* _Exercise details_
Set out the listing word for word. End with the line that contains "v 500 495 0".

* _Source data_

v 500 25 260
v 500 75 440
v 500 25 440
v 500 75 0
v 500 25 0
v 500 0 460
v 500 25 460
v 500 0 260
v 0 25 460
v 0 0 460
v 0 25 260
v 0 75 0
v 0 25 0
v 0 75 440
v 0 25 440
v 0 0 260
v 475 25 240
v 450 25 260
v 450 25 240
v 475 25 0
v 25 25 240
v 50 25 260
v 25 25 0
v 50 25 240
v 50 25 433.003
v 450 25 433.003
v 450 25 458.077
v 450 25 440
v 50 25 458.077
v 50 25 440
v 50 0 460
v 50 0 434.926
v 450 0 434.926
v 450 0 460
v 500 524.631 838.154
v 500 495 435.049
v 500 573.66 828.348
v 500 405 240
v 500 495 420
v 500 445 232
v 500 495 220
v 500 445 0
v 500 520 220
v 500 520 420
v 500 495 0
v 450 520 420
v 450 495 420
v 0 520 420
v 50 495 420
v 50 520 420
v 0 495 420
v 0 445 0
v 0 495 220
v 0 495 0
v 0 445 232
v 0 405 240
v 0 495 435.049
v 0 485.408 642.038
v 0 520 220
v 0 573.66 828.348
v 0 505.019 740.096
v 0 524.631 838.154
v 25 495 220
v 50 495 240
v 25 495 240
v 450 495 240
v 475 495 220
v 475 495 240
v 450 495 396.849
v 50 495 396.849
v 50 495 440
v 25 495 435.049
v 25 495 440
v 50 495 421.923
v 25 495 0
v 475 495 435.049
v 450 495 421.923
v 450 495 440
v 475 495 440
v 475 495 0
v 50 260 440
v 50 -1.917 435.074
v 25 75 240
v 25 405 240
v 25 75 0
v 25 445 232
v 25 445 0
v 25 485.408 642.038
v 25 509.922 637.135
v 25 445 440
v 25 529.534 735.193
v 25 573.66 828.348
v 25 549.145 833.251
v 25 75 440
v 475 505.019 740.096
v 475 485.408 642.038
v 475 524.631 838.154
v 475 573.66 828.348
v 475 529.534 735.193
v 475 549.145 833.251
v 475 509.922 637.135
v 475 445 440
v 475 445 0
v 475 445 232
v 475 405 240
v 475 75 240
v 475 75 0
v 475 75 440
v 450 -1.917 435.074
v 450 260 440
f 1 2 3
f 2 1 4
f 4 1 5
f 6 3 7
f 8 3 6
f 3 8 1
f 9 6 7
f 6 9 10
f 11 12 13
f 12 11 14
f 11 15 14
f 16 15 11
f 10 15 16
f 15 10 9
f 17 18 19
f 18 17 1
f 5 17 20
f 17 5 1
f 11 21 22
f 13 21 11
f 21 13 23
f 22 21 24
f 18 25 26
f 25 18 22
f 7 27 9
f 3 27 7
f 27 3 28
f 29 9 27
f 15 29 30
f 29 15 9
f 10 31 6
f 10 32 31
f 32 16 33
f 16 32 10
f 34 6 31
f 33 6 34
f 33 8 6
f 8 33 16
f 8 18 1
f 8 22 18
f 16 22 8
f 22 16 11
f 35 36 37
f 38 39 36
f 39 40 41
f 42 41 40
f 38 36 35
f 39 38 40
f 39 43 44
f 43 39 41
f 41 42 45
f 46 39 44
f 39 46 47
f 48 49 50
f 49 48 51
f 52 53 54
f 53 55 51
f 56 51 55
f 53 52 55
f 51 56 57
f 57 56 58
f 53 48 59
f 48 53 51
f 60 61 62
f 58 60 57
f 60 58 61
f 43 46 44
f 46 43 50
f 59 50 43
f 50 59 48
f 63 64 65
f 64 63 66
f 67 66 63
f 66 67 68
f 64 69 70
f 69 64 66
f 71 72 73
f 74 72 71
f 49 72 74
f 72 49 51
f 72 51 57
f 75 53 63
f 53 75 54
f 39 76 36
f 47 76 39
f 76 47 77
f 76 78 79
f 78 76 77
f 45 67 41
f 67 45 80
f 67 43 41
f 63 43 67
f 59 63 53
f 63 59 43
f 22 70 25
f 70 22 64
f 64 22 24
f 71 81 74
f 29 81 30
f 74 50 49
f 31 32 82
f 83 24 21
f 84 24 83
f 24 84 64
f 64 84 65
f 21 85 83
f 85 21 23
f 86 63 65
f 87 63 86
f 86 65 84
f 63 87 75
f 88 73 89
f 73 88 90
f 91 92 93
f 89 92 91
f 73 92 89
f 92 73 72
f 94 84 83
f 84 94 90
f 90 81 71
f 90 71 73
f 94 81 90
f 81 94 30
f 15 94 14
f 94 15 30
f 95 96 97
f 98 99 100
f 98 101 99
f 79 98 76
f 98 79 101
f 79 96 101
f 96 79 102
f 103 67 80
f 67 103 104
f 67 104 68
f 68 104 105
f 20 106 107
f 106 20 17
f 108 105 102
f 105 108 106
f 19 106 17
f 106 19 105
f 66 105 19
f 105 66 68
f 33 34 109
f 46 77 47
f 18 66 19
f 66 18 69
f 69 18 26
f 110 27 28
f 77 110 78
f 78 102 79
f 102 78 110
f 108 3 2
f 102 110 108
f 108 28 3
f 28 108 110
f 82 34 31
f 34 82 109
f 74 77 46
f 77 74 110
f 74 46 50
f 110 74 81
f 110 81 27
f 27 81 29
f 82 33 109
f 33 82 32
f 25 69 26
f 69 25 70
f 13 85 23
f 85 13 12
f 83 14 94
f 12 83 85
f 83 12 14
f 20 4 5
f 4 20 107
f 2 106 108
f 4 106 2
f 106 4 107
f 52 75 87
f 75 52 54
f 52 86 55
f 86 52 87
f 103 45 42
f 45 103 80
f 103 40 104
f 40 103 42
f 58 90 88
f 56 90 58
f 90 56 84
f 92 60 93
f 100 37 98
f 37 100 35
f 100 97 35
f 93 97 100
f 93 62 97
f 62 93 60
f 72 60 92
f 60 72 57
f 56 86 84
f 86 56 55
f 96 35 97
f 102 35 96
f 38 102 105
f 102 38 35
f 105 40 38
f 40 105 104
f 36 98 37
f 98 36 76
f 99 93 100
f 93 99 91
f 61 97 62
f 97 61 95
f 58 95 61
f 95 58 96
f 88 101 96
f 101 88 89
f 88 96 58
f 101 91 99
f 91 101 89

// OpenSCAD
// Archiyou -> OpenSCAD  |  script: sedia  |  units: mm
// OpenSCAD has no units: coordinates are in mm.
// Parts: 20 CSG, 0 baked, 0 2D
// Parameters at export, for reference only (nothing in this file is linked to them):
//   WIDTH_NUM_BOARDS = 4

$fn = 32;
PART = "";

// base front  (layer seat)
module base_front() {
    color([1, 0, 0]) translate([250, 12.5, 410]) cube([500, 25, 100], center = true);
}

// base front  (layer seat)
module base_front_2() {
    color([1, 0, 0]) translate([250, 12.5, 310]) cube([500, 25, 100], center = true);
}

// base back  (layer seat)
module base_back() {
    color([1, 0, 0]) translate([250, 507.5, 370]) cube([500, 25, 100], center = true);
}

// base back  (layer seat)
module base_back_2() {
    color([1, 0, 0]) translate([250, 507.5, 270]) cube([500, 25, 100], center = true);
}

// base left  (layer seat)
module base_left() {
    color([1, 0, 0]) translate([37.5, 260, 290]) cube([25, 470, 100], center = true);
}

// base left  (layer seat)
module base_left_2() {
    color([1, 0, 0]) translate([37.5, 260, 390]) cube([25, 470, 100], center = true);
}

// base right  (layer seat)
module base_right() {
    color([1, 0, 0]) multmatrix([[-1, 0, 0, 462.5], [0, 1, 0, 260], [0, 0, 1, 290], [0, 0, 0, 1]]) cube([25, 470, 100], center = true);
}

// base right  (layer seat)
module base_right_2() {
    color([1, 0, 0]) multmatrix([[-1, 0, 0, 462.5], [0, 1, 0, 260], [0, 0, 1, 390], [0, 0, 0, 1]]) cube([25, 470, 100], center = true);
}

// seat board  (layer seat)
module seat_board() {
    color([1, 0, 0]) multmatrix([[0, -1, 0, 50], [-0.997054485502, 0, -0.0766964988847, 520], [0.0766964988847, 0, -0.997054485502, 420], [0, 0, 0, 1]]) linear_extrude(height = 25) polygon([[0, 0], [521.536192416, 0], [521.536192416, -100], [0, -100]]);
}

// seat board  (layer seat)
module seat_board_2() {
    color([1, 0, 0]) multmatrix([[0, -1, 0, 150], [-0.997054485502, 0, -0.0766964988847, 520], [0.0766964988847, 0, -0.997054485502, 420], [0, 0, 0, 1]]) linear_extrude(height = 25) polygon([[0, 0], [521.536192416, 0], [521.536192416, -100], [0, -100]]);
}

// seat board  (layer seat)
module seat_board_3() {
    color([1, 0, 0]) multmatrix([[0, -1, 0, 250], [-0.997054485502, 0, -0.0766964988847, 520], [0.0766964988847, 0, -0.997054485502, 420], [0, 0, 0, 1]]) linear_extrude(height = 25) polygon([[0, 0], [521.536192416, 0], [521.536192416, -100], [0, -100]]);
}

// seat board  (layer seat)
module seat_board_4() {
    color([1, 0, 0]) multmatrix([[0, -1, 0, 350], [-0.997054485502, 0, -0.0766964988847, 520], [0.0766964988847, 0, -0.997054485502, 420], [0, 0, 0, 1]]) linear_extrude(height = 25) polygon([[0, 0], [521.536192416, 0], [521.536192416, -100], [0, -100]]);
}

// leg front left  (layer legs)
module leg_front_left() {
    color([0, 0, 1]) translate([12.5, 50, 220]) cube([25, 50, 440], center = true);
}

// leg front right  (layer legs)
module leg_front_right() {
    color([0, 0, 1]) translate([487.5, 50, 220]) cube([25, 50, 440], center = true);
}

// leg back left  (layer legs)
module leg_back_left() {
    color([0, 0, 1]) translate([12.5, 470, 220]) cube([25, 50, 440], center = true);
}

// leg back right  (layer legs)
module leg_back_right() {
    color([0, 0, 1]) translate([487.5, 470, 220]) cube([25, 50, 440], center = true);
}

// back rest diagonal  (layer back)
module back_rest_diagonal() {
    color([0, 0.502, 0]) multmatrix([[0, 1, 0, 25], [0.196116135138, 0, 0.980580675691, 405], [0.980580675691, 0, -0.196116135138, 240], [0, 0, 0, 1]]) linear_extrude(height = 50) polygon([[0, 0], [610, 0], [610, -25], [0, -25]]);
}

// back rest diagonal  (layer back)
module back_rest_diagonal_2() {
    color([0, 0.502, 0]) multmatrix([[0, -1, 0, 475], [0.196116135138, 0, 0.980580675691, 405], [0.980580675691, 0, -0.196116135138, 240], [0, 0, 0, 1]]) linear_extrude(height = 50) polygon([[0, 0], [610, 0], [610, -25], [0, -25]]);
}

// back rest plank  (layer back)
module back_rest_plank() {
    color([0, 0.502, 0]) multmatrix([[1, 0, 0, 0], [0, -0.196116135138, 0.980580675691, 524.630842434], [0, -0.980580675691, -0.196116135138, 838.154212171], [0, 0, 0, 1]]) linear_extrude(height = 25) polygon([[0, 0], [475, 0], [475, 100], [0, 100]]);
}

// back rest plank  (layer back)
module back_rest_plank_2() {
    color([0, 0.502, 0]) multmatrix([[1, 0, 0, 0], [0, -0.196116135138, 0.980580675691, 505.01922892], [0, -0.980580675691, -0.196116135138, 740.096144602], [0, 0, 0, 1]]) linear_extrude(height = 25) polygon([[0, 0], [475, 0], [475, 100], [0, 100]]);
}

// 3D parts
if (PART == "" || PART == "base_front") base_front();
if (PART == "" || PART == "base_front_2") base_front_2();
if (PART == "" || PART == "base_back") base_back();
if (PART == "" || PART == "base_back_2") base_back_2();
if (PART == "" || PART == "base_left") base_left();
if (PART == "" || PART == "base_left_2") base_left_2();
if (PART == "" || PART == "base_right") base_right();
if (PART == "" || PART == "base_right_2") base_right_2();
if (PART == "" || PART == "seat_board") seat_board();
if (PART == "" || PART == "seat_board_2") seat_board_2();
if (PART == "" || PART == "seat_board_3") seat_board_3();
if (PART == "" || PART == "seat_board_4") seat_board_4();
if (PART == "" || PART == "leg_front_left") leg_front_left();
if (PART == "" || PART == "leg_front_right") leg_front_right();
if (PART == "" || PART == "leg_back_left") leg_back_left();
if (PART == "" || PART == "leg_back_right") leg_back_right();
if (PART == "" || PART == "back_rest_diagonal") back_rest_diagonal();
if (PART == "" || PART == "back_rest_diagonal_2") back_rest_diagonal_2();
if (PART == "" || PART == "back_rest_plank") back_rest_plank();
if (PART == "" || PART == "back_rest_plank_2") back_rest_plank_2();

* _Solution below_
v 500 25 260
v 500 75 440
v 500 25 440
v 500 75 0
v 500 25 0
v 500 0 460
v 500 25 460
v 500 0 260
v 0 25 460
v 0 0 460
v 0 25 260
v 0 75 0
v 0 25 0
v 0 75 440
v 0 25 440
v 0 0 260
v 475 25 240
v 450 25 260
v 450 25 240
v 475 25 0
v 25 25 240
v 50 25 260
v 25 25 0
v 50 25 240
v 50 25 433.003
v 450 25 433.003
v 450 25 458.077
v 450 25 440
v 50 25 458.077
v 50 25 440
v 50 0 460
v 50 0 434.926
v 450 0 434.926
v 450 0 460
v 500 524.631 838.154
v 500 495 435.049
v 500 573.66 828.348
v 500 405 240
v 500 495 420
v 500 445 232
v 500 495 220
v 500 445 0
v 500 520 220
v 500 520 420
v 500 495 0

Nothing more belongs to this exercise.